◆ WHAT TO DO ◆
Quote exactly and only this range of lines in the data below: the line that holds "#350=ORIENTED_EDGE('',*,*,#89,.T.);" to the line that holds "#359=ORIENTED_EDGE('',*,*,#307,.F.);", both included.

(Records drawn from a dataset)
+++++

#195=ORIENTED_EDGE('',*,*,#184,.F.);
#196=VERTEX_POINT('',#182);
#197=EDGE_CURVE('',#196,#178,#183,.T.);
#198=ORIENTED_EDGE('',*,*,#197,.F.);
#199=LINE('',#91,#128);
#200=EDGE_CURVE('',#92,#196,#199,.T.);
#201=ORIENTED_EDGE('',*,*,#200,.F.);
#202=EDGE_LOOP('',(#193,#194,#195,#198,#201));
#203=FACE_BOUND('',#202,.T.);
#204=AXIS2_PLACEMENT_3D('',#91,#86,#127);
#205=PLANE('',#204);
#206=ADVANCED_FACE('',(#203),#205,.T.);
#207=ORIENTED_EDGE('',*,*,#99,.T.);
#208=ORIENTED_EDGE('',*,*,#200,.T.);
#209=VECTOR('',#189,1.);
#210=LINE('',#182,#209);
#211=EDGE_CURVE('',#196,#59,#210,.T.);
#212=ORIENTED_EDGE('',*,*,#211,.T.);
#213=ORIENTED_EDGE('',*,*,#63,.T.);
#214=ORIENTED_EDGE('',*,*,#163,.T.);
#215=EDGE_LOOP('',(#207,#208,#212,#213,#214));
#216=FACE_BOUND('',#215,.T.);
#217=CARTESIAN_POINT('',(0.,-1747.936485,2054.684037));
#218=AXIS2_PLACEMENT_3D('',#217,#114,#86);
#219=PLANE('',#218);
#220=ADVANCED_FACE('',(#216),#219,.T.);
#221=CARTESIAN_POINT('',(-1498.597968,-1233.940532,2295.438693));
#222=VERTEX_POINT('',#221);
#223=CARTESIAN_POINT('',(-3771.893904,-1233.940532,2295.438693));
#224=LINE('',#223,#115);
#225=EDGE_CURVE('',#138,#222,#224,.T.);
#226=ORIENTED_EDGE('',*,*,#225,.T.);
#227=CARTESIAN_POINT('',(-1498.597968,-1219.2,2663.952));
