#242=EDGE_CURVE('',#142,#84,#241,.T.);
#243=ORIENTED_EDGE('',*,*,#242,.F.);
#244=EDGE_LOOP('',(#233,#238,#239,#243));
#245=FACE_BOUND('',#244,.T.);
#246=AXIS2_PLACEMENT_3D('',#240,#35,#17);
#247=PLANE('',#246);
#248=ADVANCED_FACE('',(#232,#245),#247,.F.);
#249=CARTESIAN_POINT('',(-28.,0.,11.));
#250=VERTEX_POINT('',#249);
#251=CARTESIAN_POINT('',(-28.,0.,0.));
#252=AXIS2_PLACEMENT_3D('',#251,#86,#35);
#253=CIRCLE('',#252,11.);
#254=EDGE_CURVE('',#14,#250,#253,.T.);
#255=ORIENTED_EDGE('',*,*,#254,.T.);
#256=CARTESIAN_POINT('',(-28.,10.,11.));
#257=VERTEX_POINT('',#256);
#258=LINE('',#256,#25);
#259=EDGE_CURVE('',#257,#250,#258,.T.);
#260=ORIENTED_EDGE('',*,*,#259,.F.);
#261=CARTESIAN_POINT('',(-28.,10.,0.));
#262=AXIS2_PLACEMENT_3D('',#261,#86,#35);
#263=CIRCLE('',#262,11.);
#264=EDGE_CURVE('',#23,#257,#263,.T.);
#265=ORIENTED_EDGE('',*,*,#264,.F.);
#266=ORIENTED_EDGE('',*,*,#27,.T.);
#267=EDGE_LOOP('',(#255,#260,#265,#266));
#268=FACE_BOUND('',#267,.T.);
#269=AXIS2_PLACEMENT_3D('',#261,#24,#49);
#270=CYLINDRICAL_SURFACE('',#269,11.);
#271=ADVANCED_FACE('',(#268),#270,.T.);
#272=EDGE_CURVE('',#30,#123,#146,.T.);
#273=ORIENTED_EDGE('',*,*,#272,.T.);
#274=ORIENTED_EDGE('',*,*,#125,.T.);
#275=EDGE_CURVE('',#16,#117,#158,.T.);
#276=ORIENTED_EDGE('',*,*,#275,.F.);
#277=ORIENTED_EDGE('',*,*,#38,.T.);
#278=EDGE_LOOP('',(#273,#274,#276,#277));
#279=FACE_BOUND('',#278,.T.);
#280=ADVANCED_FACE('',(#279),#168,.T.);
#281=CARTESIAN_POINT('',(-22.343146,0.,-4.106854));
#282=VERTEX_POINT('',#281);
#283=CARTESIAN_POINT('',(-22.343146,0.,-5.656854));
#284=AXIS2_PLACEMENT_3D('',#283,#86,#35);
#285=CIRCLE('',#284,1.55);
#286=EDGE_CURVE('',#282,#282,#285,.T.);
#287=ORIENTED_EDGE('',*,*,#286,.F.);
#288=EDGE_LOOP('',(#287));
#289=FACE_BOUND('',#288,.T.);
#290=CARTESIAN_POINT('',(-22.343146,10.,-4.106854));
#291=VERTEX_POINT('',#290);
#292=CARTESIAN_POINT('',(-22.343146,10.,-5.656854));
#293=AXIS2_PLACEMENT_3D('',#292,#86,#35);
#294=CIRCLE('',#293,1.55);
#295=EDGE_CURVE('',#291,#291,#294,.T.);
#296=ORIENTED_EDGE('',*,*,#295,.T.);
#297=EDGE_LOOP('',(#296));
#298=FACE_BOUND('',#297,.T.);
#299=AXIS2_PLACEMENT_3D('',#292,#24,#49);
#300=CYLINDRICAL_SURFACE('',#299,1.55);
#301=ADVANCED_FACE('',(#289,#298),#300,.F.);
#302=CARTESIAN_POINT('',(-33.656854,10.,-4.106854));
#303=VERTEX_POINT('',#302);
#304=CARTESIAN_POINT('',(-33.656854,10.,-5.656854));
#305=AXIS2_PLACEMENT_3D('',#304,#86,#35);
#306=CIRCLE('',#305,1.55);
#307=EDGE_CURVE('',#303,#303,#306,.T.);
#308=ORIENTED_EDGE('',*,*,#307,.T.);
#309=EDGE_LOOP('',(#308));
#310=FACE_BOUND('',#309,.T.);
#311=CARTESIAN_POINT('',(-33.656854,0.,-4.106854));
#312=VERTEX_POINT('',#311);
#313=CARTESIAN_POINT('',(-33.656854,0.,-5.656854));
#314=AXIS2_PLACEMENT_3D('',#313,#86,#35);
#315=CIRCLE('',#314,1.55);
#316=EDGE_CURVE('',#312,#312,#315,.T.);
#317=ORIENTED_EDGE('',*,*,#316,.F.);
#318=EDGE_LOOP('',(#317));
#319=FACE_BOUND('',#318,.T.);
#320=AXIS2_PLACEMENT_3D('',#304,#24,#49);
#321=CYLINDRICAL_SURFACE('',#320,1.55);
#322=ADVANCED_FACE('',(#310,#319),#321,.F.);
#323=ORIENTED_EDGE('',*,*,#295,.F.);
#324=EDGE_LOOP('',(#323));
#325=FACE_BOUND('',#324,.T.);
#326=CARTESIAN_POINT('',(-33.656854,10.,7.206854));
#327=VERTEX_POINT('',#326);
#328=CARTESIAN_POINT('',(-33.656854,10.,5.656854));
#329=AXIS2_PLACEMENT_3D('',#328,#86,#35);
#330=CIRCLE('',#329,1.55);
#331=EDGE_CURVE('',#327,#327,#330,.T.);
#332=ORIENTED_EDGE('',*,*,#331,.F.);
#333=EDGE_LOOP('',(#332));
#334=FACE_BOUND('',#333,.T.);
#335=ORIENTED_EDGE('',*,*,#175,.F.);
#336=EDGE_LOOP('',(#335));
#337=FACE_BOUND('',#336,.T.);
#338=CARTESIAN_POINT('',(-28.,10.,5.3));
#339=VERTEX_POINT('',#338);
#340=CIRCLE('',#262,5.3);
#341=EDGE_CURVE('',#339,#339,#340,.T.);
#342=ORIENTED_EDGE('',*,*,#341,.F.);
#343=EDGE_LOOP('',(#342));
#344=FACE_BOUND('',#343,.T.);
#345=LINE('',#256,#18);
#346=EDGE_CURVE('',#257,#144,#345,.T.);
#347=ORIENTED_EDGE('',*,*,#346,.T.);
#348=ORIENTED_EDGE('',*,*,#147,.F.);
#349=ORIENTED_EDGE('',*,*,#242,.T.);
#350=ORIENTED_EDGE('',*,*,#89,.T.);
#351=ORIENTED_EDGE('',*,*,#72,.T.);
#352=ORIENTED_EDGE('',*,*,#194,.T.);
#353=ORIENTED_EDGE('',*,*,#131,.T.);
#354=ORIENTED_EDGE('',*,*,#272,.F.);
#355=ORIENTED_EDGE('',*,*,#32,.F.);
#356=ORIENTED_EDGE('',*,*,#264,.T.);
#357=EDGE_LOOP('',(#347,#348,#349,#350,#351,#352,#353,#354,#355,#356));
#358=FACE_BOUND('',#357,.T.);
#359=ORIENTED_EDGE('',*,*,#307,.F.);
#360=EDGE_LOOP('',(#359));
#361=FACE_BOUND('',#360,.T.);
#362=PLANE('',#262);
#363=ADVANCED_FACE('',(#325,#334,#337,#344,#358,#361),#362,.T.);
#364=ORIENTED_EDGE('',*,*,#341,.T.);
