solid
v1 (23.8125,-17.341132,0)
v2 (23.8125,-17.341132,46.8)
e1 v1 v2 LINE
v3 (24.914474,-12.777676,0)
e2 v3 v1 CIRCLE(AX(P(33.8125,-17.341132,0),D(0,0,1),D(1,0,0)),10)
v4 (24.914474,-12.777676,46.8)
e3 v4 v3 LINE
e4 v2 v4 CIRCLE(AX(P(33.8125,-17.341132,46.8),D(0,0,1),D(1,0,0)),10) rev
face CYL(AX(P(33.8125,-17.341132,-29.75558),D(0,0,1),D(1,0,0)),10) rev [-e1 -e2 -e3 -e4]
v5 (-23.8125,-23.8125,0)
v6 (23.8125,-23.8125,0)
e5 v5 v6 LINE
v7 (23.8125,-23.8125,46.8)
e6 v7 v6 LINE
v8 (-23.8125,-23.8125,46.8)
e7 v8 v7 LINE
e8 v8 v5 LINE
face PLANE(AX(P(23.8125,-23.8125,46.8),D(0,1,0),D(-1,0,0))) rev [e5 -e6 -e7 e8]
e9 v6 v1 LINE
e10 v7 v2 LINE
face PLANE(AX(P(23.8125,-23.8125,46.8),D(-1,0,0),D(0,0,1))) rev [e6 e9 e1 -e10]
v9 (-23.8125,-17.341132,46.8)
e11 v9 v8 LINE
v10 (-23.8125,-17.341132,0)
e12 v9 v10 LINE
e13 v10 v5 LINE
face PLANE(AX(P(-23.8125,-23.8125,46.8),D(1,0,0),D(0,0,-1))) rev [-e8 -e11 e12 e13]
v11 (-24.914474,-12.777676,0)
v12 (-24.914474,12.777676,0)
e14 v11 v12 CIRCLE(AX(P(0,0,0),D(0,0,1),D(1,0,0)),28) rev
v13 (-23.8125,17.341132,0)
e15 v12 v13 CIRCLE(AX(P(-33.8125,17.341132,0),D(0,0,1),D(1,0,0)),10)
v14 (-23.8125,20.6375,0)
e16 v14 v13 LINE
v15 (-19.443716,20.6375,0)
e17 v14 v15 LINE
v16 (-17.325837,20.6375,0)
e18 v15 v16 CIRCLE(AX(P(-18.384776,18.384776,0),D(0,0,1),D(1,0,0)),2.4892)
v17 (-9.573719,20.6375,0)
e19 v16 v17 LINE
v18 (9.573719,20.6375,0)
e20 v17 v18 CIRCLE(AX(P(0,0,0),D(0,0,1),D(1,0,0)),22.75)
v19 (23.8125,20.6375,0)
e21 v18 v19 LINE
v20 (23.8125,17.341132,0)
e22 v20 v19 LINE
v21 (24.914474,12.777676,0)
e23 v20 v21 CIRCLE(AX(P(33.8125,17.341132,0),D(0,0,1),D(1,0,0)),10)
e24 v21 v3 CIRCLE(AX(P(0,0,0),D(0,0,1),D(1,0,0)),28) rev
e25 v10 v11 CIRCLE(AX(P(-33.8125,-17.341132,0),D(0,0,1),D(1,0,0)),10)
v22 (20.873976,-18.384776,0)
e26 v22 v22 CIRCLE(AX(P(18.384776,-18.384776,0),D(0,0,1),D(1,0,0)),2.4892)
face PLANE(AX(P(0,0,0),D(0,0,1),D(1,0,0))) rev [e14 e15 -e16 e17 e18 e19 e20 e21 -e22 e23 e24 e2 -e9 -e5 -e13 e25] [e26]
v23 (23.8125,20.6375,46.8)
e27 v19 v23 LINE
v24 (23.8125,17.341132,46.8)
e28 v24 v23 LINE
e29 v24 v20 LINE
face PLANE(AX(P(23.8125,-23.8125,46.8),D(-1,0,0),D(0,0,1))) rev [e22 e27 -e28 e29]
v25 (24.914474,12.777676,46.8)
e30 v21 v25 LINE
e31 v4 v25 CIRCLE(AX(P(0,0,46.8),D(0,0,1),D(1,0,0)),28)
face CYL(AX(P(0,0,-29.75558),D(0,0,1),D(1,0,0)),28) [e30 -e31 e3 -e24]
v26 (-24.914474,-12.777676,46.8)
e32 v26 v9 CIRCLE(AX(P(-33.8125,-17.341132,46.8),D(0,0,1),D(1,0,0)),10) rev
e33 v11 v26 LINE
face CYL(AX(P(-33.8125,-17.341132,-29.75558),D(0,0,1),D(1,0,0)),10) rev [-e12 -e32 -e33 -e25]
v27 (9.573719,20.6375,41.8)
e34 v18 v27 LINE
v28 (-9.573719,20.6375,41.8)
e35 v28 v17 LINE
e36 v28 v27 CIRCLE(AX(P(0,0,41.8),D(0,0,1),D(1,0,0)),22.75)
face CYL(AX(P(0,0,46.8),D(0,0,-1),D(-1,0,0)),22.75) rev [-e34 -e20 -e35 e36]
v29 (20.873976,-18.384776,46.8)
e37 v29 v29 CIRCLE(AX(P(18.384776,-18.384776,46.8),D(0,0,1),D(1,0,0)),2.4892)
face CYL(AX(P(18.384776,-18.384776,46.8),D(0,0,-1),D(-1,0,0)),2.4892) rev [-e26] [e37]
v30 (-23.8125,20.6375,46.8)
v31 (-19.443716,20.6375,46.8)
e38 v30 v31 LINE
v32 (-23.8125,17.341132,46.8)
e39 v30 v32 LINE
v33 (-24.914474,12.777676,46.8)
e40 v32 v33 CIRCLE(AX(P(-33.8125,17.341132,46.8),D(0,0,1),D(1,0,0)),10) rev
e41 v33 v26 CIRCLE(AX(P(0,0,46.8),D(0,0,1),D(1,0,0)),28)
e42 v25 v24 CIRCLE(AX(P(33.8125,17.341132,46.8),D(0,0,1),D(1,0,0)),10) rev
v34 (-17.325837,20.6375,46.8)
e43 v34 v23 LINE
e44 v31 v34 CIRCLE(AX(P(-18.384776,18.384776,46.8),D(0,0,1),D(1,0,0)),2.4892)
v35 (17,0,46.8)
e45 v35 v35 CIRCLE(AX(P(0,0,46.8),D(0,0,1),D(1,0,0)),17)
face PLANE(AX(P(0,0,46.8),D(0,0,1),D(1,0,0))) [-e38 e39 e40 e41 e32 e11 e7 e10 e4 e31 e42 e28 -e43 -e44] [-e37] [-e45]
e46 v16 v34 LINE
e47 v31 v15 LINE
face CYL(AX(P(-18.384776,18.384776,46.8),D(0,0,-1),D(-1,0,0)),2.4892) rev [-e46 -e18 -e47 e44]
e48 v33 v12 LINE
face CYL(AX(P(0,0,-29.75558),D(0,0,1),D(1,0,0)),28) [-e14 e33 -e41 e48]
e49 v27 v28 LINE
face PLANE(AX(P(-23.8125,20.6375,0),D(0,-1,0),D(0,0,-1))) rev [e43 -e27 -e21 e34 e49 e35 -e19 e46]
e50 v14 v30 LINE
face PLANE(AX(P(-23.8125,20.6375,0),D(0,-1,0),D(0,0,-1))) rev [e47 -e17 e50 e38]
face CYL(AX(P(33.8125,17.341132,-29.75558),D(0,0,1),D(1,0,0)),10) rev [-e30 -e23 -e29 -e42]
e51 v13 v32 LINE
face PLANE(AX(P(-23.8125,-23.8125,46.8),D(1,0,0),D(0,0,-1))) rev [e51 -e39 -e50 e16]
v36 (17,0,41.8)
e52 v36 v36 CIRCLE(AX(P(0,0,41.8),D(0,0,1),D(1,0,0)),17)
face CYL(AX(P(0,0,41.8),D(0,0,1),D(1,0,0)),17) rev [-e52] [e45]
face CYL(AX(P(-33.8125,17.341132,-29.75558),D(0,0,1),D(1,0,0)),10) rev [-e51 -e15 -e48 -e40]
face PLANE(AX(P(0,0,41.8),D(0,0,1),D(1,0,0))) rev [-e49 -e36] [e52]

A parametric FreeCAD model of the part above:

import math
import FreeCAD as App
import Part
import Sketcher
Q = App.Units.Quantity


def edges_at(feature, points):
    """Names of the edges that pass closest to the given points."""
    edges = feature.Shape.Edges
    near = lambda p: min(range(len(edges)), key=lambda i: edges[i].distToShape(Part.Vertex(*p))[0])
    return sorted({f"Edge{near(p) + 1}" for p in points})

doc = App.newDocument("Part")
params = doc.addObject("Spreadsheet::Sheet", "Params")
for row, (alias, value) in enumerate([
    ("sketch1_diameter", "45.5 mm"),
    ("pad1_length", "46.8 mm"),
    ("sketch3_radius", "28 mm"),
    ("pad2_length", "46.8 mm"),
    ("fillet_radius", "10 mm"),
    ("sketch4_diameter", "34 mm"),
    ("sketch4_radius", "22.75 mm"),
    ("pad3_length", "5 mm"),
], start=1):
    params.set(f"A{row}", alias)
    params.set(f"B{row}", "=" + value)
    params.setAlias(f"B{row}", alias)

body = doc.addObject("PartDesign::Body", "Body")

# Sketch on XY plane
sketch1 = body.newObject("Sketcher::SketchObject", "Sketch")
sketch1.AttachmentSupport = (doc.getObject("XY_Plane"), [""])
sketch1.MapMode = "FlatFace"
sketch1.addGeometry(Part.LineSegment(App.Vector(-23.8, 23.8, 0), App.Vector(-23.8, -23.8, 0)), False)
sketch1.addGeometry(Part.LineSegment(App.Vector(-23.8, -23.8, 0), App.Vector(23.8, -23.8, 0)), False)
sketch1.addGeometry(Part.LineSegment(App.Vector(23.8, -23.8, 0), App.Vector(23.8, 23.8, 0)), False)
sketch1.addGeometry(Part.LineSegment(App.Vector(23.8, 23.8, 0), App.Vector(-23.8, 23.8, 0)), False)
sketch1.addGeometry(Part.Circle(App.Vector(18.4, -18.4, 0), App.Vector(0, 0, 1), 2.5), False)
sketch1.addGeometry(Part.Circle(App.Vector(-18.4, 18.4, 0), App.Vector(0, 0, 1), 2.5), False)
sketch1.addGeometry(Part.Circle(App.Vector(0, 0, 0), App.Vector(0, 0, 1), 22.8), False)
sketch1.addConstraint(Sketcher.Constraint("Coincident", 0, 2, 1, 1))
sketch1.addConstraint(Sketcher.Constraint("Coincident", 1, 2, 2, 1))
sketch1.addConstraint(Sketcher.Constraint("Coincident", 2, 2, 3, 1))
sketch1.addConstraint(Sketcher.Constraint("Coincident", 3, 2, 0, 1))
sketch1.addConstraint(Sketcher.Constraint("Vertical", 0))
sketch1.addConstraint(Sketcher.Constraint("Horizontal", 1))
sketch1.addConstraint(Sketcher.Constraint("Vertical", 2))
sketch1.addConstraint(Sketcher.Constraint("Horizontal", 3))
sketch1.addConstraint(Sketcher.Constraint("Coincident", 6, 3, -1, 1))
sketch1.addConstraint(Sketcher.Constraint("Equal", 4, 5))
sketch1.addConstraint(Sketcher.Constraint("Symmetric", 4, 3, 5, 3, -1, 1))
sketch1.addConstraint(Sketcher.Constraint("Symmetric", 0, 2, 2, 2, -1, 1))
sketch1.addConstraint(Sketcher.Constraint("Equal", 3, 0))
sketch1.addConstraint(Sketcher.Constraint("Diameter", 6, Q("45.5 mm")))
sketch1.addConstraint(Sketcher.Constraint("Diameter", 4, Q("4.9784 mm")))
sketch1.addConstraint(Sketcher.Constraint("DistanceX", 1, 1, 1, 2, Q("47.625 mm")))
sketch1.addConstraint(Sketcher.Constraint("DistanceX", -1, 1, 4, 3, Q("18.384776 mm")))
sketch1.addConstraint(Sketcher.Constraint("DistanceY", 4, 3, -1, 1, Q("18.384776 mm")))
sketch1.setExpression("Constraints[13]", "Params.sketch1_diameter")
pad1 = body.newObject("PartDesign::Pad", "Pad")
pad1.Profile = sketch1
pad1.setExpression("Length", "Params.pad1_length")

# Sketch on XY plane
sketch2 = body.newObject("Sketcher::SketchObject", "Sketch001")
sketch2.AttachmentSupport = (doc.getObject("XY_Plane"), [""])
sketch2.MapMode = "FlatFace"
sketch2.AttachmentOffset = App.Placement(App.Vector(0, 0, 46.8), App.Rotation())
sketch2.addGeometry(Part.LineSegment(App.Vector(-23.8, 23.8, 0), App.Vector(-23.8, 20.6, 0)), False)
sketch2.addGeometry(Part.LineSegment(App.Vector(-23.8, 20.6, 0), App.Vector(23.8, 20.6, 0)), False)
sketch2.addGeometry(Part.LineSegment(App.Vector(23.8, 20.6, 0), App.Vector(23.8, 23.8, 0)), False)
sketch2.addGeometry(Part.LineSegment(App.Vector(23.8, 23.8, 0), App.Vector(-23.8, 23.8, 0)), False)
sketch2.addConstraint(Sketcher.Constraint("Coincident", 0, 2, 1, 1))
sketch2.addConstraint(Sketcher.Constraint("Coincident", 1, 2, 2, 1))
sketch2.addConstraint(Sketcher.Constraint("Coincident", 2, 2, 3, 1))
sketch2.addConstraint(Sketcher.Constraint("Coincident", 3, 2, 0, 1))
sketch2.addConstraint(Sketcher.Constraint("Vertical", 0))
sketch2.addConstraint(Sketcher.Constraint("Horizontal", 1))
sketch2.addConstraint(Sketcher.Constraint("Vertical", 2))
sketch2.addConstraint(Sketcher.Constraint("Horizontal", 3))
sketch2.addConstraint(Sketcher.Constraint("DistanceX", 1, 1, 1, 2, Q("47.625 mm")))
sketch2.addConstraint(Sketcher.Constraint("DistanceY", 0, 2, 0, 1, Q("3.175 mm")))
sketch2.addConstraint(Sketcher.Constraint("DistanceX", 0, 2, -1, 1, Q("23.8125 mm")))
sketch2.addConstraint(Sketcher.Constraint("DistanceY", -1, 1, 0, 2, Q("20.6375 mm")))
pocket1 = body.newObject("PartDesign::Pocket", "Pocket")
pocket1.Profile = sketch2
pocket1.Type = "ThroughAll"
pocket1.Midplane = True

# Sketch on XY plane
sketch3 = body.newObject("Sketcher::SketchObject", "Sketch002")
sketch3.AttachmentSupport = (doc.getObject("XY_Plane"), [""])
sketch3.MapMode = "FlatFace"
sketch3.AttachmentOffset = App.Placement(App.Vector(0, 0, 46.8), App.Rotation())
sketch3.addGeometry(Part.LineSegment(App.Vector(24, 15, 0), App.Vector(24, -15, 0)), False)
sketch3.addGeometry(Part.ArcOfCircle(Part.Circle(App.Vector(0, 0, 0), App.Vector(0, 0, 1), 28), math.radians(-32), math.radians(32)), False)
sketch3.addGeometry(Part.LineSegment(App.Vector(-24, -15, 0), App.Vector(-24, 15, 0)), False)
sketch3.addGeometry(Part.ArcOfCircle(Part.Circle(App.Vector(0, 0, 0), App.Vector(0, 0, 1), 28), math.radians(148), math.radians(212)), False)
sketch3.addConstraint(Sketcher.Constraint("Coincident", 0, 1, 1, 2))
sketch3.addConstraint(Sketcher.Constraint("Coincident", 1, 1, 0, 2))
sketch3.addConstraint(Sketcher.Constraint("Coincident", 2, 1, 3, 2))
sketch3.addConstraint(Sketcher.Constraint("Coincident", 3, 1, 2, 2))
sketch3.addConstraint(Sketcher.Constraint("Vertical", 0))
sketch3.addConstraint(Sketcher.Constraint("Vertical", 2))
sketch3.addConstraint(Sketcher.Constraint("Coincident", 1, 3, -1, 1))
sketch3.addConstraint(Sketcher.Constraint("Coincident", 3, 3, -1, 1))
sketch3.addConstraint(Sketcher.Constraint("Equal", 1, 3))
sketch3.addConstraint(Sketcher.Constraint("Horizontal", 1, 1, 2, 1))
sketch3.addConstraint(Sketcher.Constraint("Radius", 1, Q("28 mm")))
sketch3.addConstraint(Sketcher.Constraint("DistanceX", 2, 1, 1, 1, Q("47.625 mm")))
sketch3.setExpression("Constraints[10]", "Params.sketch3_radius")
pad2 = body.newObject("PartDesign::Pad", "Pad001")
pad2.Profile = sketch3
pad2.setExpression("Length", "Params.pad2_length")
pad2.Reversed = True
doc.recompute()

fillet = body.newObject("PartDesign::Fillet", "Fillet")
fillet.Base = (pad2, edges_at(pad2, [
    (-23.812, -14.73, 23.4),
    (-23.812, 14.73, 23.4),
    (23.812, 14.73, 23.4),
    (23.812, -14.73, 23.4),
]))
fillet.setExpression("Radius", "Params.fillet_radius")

+++++

◆ RESPONSE TO THIS TASK ◆
#350=ORIENTED_EDGE('',*,*,#89,.T.);
#351=ORIENTED_EDGE('',*,*,#72,.T.);
#352=ORIENTED_EDGE('',*,*,#194,.T.);
#353=ORIENTED_EDGE('',*,*,#131,.T.);
#354=ORIENTED_EDGE('',*,*,#272,.F.);
#355=ORIENTED_EDGE('',*,*,#32,.F.);
#356=ORIENTED_EDGE('',*,*,#264,.T.);
#357=EDGE_LOOP('',(#347,#348,#349,#350,#351,#352,#353,#354,#355,#356));
#358=FACE_BOUND('',#357,.T.);
#359=ORIENTED_EDGE('',*,*,#307,.F.);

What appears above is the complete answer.